## ASSIGNMENT
Once you find the line with "v -14.703 0 -304.8" in the entries below, return exactly every line from it through the line with "v -3.014 16.948 0".

## INPUT
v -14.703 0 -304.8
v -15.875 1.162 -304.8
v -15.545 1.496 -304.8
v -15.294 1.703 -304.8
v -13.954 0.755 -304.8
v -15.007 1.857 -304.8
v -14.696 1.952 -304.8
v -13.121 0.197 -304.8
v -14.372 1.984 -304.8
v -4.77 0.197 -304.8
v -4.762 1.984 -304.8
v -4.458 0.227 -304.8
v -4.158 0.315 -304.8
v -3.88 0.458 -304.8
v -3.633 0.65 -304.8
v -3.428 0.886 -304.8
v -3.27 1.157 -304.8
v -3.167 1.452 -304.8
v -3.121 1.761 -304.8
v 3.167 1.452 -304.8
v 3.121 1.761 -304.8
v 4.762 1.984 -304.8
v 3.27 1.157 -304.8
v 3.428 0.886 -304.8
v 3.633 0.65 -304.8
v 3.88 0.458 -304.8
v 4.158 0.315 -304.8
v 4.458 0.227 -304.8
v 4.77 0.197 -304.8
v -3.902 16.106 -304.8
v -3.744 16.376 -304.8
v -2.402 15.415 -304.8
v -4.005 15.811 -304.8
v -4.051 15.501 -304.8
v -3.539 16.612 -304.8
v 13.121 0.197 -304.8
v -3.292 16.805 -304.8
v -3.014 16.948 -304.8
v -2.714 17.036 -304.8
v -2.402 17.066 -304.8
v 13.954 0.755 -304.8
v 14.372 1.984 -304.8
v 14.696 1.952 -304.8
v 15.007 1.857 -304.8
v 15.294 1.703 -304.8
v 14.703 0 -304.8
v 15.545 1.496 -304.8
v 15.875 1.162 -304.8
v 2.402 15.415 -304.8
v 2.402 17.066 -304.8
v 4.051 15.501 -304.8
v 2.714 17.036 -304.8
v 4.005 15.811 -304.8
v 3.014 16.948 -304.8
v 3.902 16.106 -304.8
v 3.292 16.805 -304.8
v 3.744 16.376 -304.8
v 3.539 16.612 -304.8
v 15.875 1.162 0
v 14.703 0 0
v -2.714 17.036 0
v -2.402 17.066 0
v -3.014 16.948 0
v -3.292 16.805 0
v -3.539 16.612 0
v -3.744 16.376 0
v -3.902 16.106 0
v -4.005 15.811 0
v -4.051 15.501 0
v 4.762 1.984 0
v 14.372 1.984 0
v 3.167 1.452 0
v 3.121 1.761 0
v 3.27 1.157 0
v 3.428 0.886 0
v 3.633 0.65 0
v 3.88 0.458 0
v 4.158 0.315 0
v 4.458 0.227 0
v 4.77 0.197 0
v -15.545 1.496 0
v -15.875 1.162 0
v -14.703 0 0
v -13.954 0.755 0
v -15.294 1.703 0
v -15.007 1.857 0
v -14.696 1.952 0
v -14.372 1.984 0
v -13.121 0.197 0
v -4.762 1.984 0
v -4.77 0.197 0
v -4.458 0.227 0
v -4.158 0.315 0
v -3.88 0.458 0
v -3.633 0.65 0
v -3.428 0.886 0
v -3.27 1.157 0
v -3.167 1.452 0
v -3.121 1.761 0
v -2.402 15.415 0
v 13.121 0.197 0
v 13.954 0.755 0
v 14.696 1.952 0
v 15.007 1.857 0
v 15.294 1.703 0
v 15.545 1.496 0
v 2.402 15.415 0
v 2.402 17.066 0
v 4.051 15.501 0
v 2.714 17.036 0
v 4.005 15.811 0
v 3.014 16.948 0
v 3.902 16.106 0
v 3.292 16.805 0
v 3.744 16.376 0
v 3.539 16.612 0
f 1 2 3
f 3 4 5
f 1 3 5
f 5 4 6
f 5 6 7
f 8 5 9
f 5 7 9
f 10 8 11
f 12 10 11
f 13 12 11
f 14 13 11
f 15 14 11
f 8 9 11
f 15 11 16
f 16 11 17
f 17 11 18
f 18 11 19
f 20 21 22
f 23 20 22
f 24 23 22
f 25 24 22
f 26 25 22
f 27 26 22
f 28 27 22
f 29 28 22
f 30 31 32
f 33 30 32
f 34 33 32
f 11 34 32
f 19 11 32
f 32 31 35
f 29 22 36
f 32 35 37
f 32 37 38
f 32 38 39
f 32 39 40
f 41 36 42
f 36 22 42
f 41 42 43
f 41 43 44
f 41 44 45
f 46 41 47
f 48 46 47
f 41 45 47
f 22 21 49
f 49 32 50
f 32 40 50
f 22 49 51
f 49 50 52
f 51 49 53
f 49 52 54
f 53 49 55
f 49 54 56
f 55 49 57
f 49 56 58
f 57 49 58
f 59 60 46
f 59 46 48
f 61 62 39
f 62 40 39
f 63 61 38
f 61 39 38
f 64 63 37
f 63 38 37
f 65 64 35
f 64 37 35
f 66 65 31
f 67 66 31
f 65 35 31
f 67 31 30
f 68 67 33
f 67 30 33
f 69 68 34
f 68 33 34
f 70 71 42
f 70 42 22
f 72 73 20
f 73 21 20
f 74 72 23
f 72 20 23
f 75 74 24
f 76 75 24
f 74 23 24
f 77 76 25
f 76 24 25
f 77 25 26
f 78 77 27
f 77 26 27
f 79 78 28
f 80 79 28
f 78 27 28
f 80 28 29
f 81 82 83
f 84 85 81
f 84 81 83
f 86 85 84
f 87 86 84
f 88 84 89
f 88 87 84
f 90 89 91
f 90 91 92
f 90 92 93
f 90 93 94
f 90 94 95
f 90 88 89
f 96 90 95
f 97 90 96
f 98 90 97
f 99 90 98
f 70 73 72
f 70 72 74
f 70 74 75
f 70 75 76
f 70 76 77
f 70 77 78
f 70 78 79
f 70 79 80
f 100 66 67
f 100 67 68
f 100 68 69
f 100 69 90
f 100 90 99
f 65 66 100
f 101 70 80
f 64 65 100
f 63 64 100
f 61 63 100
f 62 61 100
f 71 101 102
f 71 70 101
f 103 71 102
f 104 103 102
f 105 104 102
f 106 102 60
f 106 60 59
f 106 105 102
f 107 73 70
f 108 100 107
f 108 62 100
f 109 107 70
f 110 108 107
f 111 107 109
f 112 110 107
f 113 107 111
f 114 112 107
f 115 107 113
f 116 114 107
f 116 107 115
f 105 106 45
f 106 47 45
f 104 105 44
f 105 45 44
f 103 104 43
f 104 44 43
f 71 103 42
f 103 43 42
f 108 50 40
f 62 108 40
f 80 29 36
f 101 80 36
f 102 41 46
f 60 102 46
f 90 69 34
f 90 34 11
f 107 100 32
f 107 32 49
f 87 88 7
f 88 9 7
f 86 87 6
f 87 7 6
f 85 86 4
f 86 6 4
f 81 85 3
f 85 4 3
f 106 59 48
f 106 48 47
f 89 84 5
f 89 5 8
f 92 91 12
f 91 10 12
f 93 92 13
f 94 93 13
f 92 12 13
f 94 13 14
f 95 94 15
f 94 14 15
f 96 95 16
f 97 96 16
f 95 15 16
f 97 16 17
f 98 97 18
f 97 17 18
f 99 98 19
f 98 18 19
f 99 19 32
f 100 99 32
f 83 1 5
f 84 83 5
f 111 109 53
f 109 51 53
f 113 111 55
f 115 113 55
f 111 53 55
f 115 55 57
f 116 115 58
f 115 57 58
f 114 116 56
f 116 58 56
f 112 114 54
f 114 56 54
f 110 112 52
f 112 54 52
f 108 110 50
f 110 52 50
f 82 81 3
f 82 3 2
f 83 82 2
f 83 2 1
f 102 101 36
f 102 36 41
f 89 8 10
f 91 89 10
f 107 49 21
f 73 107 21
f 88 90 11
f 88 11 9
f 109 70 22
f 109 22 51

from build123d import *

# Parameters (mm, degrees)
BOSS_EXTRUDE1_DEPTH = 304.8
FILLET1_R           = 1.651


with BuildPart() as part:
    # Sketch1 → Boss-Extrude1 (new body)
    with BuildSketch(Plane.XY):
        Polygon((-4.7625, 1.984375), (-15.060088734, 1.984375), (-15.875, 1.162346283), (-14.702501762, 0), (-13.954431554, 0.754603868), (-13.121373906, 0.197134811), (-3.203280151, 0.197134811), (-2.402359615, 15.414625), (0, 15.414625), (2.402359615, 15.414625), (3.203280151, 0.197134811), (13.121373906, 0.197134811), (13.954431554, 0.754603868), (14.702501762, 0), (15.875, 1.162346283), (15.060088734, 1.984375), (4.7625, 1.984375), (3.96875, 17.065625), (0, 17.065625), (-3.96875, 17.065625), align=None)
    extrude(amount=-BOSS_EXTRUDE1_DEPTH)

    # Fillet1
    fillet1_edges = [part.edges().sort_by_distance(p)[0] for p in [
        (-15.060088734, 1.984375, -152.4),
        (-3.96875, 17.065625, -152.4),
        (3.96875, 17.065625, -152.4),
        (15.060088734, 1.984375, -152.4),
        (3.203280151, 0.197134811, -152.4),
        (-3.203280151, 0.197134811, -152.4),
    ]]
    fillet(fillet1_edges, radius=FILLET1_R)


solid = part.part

* * *

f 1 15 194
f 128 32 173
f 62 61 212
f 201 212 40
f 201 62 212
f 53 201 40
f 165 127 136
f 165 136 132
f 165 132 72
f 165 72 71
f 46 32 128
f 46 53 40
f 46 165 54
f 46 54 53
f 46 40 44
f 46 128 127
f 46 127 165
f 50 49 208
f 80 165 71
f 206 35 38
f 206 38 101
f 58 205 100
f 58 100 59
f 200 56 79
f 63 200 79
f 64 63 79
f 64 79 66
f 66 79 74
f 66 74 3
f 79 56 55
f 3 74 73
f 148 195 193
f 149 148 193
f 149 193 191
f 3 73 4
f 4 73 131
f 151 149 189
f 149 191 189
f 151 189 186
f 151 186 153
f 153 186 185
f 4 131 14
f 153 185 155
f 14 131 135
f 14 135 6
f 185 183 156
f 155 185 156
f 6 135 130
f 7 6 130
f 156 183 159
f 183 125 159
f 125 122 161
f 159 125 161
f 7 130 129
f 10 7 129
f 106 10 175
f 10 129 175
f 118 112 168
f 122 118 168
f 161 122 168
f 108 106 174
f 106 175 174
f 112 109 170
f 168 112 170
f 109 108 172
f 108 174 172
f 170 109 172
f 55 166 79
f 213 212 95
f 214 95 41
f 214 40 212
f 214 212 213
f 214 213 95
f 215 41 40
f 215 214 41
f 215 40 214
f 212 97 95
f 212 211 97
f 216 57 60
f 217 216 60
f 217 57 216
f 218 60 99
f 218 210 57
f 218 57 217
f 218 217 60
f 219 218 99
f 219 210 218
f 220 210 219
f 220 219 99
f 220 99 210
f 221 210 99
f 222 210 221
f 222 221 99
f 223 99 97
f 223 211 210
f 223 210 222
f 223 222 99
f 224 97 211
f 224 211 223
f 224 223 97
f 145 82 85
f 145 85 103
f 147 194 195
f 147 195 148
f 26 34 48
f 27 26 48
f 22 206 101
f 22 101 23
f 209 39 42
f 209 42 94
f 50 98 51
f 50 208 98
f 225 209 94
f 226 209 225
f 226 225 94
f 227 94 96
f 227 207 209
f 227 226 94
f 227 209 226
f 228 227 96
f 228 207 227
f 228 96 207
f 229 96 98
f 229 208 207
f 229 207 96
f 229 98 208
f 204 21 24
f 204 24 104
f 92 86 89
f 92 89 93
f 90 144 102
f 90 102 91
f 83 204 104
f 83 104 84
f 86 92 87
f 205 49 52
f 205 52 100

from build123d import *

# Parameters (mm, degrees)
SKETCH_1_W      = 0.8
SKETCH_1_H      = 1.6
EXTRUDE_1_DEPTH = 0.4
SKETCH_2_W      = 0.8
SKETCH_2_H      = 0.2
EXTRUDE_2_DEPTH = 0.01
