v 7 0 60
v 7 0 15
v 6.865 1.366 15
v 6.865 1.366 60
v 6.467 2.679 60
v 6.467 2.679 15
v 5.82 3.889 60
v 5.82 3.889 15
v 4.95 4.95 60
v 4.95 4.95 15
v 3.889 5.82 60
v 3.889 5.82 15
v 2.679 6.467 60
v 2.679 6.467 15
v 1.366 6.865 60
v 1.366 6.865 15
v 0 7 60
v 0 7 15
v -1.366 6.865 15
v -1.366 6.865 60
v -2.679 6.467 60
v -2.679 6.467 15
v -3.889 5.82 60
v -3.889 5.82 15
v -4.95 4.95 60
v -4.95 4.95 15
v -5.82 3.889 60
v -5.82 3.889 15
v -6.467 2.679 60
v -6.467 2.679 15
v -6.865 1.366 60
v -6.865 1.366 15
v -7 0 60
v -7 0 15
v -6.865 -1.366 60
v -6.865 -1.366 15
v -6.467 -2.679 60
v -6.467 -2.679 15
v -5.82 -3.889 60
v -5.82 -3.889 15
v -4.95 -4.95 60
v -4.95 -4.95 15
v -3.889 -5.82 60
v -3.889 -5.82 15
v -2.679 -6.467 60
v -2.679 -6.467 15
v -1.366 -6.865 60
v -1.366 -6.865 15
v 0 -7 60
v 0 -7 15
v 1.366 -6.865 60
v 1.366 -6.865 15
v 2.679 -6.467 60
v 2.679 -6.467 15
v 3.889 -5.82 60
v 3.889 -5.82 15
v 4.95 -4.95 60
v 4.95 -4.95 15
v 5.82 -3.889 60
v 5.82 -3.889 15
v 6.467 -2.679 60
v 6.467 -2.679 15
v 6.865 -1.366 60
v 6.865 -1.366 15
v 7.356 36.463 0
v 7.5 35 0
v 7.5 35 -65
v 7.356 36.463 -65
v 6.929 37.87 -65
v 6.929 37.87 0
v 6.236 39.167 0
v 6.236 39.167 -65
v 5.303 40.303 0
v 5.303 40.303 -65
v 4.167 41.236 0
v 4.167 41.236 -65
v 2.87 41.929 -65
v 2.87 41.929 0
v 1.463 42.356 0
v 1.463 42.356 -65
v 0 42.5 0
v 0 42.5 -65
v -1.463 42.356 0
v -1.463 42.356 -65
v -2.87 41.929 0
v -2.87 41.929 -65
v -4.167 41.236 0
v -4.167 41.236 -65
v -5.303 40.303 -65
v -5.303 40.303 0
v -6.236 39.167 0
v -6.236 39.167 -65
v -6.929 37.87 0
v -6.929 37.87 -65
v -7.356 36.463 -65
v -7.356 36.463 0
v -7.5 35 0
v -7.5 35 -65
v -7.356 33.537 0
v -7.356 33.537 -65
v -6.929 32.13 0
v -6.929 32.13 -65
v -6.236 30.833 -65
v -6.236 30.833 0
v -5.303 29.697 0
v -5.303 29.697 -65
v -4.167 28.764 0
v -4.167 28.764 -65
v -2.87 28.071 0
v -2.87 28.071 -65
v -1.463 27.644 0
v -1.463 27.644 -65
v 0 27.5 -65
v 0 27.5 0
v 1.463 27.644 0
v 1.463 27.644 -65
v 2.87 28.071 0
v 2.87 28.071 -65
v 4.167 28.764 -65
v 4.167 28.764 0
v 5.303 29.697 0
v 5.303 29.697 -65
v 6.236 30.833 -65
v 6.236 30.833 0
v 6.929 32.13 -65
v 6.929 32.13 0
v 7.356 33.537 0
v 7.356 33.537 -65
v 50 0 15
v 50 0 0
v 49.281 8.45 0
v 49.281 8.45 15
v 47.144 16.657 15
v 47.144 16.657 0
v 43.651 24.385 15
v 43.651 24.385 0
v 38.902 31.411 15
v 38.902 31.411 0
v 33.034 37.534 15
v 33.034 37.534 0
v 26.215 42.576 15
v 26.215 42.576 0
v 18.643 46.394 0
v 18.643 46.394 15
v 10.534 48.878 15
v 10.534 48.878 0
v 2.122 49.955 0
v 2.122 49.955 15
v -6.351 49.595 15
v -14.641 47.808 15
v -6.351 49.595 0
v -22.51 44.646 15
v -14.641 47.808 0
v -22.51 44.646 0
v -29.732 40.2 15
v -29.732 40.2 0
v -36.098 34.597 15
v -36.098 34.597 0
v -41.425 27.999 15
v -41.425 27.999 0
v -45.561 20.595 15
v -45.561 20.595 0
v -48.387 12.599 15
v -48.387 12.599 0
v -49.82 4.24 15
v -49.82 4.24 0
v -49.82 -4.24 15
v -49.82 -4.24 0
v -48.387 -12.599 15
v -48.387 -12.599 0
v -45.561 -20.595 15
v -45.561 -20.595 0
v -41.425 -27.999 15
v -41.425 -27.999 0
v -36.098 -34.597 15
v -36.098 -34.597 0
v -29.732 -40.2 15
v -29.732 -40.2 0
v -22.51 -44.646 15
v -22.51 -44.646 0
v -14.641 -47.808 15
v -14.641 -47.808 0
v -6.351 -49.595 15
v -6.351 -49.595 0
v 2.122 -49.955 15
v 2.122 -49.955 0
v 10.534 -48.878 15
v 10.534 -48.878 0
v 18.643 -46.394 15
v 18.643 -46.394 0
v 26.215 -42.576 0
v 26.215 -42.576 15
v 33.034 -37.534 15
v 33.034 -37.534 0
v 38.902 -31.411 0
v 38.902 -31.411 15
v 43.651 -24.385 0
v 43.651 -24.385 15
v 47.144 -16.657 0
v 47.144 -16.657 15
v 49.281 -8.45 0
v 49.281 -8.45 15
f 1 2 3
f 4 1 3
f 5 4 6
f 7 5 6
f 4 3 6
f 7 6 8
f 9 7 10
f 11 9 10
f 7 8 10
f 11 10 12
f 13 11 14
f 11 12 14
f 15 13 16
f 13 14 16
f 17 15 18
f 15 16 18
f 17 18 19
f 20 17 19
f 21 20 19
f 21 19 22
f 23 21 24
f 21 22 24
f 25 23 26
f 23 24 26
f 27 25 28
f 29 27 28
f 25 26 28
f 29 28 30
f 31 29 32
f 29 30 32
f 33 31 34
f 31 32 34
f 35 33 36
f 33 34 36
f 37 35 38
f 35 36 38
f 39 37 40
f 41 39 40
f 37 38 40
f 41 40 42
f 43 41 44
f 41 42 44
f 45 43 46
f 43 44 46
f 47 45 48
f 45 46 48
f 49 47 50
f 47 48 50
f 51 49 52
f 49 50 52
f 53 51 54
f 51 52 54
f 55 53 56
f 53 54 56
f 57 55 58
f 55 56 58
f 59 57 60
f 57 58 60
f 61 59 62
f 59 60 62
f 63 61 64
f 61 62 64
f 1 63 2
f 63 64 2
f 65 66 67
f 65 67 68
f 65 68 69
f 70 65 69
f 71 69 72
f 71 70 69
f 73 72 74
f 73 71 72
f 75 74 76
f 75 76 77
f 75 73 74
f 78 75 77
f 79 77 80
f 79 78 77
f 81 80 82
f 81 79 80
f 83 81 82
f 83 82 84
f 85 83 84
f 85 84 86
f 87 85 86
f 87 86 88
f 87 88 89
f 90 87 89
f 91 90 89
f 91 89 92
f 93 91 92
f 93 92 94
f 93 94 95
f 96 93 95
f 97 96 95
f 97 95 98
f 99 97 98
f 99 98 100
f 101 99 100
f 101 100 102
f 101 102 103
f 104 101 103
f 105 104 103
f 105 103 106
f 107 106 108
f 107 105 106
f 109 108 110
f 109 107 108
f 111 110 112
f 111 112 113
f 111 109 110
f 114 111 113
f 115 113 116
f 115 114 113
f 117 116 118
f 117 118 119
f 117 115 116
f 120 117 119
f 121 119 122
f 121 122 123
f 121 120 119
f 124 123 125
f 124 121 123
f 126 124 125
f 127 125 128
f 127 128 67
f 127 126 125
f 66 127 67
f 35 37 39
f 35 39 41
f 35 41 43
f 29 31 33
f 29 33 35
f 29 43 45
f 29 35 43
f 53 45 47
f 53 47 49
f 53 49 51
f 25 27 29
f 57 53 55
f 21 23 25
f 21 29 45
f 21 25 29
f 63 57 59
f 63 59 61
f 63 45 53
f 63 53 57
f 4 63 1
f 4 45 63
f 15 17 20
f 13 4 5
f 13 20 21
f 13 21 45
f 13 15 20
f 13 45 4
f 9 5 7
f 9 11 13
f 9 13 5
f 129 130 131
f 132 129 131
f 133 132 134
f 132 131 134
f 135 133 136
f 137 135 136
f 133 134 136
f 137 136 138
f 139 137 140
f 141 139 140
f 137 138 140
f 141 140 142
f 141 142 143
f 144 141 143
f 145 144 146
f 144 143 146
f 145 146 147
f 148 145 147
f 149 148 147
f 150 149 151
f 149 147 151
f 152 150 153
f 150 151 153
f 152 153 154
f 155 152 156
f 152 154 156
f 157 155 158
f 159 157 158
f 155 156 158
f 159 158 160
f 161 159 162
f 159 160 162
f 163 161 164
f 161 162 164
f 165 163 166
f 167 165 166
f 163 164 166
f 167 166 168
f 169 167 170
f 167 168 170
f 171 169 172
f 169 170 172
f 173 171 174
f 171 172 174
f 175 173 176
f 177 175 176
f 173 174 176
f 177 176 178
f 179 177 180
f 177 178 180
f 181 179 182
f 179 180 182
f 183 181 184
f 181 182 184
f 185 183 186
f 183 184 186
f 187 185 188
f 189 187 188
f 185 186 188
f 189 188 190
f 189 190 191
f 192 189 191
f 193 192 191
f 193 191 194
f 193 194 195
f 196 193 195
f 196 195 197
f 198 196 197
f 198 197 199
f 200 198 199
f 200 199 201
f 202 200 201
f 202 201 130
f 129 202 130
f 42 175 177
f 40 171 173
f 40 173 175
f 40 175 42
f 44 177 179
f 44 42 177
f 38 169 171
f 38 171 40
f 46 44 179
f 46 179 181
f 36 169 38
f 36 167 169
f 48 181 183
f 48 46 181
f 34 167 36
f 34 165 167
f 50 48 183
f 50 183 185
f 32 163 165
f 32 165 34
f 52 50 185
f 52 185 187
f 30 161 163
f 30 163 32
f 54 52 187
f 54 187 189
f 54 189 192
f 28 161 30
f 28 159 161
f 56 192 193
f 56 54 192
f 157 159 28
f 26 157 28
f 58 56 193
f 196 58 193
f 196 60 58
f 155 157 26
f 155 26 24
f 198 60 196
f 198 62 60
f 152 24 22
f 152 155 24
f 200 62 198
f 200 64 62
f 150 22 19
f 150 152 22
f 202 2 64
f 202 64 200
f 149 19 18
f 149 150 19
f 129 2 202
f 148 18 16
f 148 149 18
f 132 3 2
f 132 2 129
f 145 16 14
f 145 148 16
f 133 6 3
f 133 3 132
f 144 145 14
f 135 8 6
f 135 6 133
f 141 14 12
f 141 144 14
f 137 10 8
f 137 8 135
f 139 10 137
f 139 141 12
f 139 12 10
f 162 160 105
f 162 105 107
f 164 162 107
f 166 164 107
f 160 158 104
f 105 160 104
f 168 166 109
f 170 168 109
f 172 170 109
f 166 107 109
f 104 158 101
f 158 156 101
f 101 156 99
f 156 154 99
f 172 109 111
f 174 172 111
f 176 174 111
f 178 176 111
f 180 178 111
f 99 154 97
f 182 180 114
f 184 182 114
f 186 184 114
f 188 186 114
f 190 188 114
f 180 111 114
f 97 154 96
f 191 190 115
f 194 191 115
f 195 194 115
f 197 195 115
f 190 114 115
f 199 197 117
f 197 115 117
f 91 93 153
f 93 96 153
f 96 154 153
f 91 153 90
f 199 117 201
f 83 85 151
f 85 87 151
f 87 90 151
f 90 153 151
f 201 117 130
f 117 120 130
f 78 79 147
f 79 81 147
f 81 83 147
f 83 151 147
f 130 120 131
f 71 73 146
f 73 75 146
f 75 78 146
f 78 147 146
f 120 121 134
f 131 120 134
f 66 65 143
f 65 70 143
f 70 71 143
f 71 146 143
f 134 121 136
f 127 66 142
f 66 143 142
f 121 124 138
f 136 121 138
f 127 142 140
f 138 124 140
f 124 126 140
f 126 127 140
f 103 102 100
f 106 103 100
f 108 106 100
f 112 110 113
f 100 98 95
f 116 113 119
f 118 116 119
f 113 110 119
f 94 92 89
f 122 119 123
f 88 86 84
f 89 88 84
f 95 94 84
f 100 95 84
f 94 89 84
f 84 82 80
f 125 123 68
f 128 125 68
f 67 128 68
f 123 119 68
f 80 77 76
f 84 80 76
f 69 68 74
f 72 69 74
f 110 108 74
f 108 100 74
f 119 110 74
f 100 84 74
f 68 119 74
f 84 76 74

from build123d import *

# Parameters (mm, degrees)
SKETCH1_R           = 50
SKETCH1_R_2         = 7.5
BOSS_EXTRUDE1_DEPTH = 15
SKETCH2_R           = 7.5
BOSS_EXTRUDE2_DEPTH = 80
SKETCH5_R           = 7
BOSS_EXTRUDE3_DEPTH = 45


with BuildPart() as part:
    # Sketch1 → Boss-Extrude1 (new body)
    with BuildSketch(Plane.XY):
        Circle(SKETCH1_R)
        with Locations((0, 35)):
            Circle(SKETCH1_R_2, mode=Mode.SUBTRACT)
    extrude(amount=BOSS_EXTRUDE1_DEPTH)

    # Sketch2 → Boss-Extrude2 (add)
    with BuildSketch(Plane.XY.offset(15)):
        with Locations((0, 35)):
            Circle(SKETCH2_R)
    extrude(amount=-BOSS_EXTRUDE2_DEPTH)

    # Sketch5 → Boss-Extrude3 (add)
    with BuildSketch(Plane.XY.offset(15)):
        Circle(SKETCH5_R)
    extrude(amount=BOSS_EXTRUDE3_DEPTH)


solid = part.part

## SOLUTION TO THE PROBLEM
v -14.703 0 -304.8
v -15.875 1.162 -304.8
v -15.545 1.496 -304.8
v -15.294 1.703 -304.8
v -13.954 0.755 -304.8
v -15.007 1.857 -304.8
v -14.696 1.952 -304.8
v -13.121 0.197 -304.8
v -14.372 1.984 -304.8
v -4.77 0.197 -304.8
v -4.762 1.984 -304.8
v -4.458 0.227 -304.8
v -4.158 0.315 -304.8
v -3.88 0.458 -304.8
v -3.633 0.65 -304.8
v -3.428 0.886 -304.8
v -3.27 1.157 -304.8
v -3.167 1.452 -304.8
v -3.121 1.761 -304.8
v 3.167 1.452 -304.8
v 3.121 1.761 -304.8
v 4.762 1.984 -304.8
v 3.27 1.157 -304.8
v 3.428 0.886 -304.8
v 3.633 0.65 -304.8
v 3.88 0.458 -304.8
v 4.158 0.315 -304.8
v 4.458 0.227 -304.8
v 4.77 0.197 -304.8
v -3.902 16.106 -304.8
v -3.744 16.376 -304.8
v -2.402 15.415 -304.8
v -4.005 15.811 -304.8
v -4.051 15.501 -304.8
v -3.539 16.612 -304.8
v 13.121 0.197 -304.8
v -3.292 16.805 -304.8
v -3.014 16.948 -304.8
v -2.714 17.036 -304.8
v -2.402 17.066 -304.8
v 13.954 0.755 -304.8
v 14.372 1.984 -304.8
v 14.696 1.952 -304.8
v 15.007 1.857 -304.8
v 15.294 1.703 -304.8
v 14.703 0 -304.8
v 15.545 1.496 -304.8
v 15.875 1.162 -304.8
v 2.402 15.415 -304.8
v 2.402 17.066 -304.8
v 4.051 15.501 -304.8
v 2.714 17.036 -304.8
v 4.005 15.811 -304.8
v 3.014 16.948 -304.8
v 3.902 16.106 -304.8
v 3.292 16.805 -304.8
v 3.744 16.376 -304.8
v 3.539 16.612 -304.8
v 15.875 1.162 0
v 14.703 0 0
v -2.714 17.036 0
v -2.402 17.066 0
v -3.014 16.948 0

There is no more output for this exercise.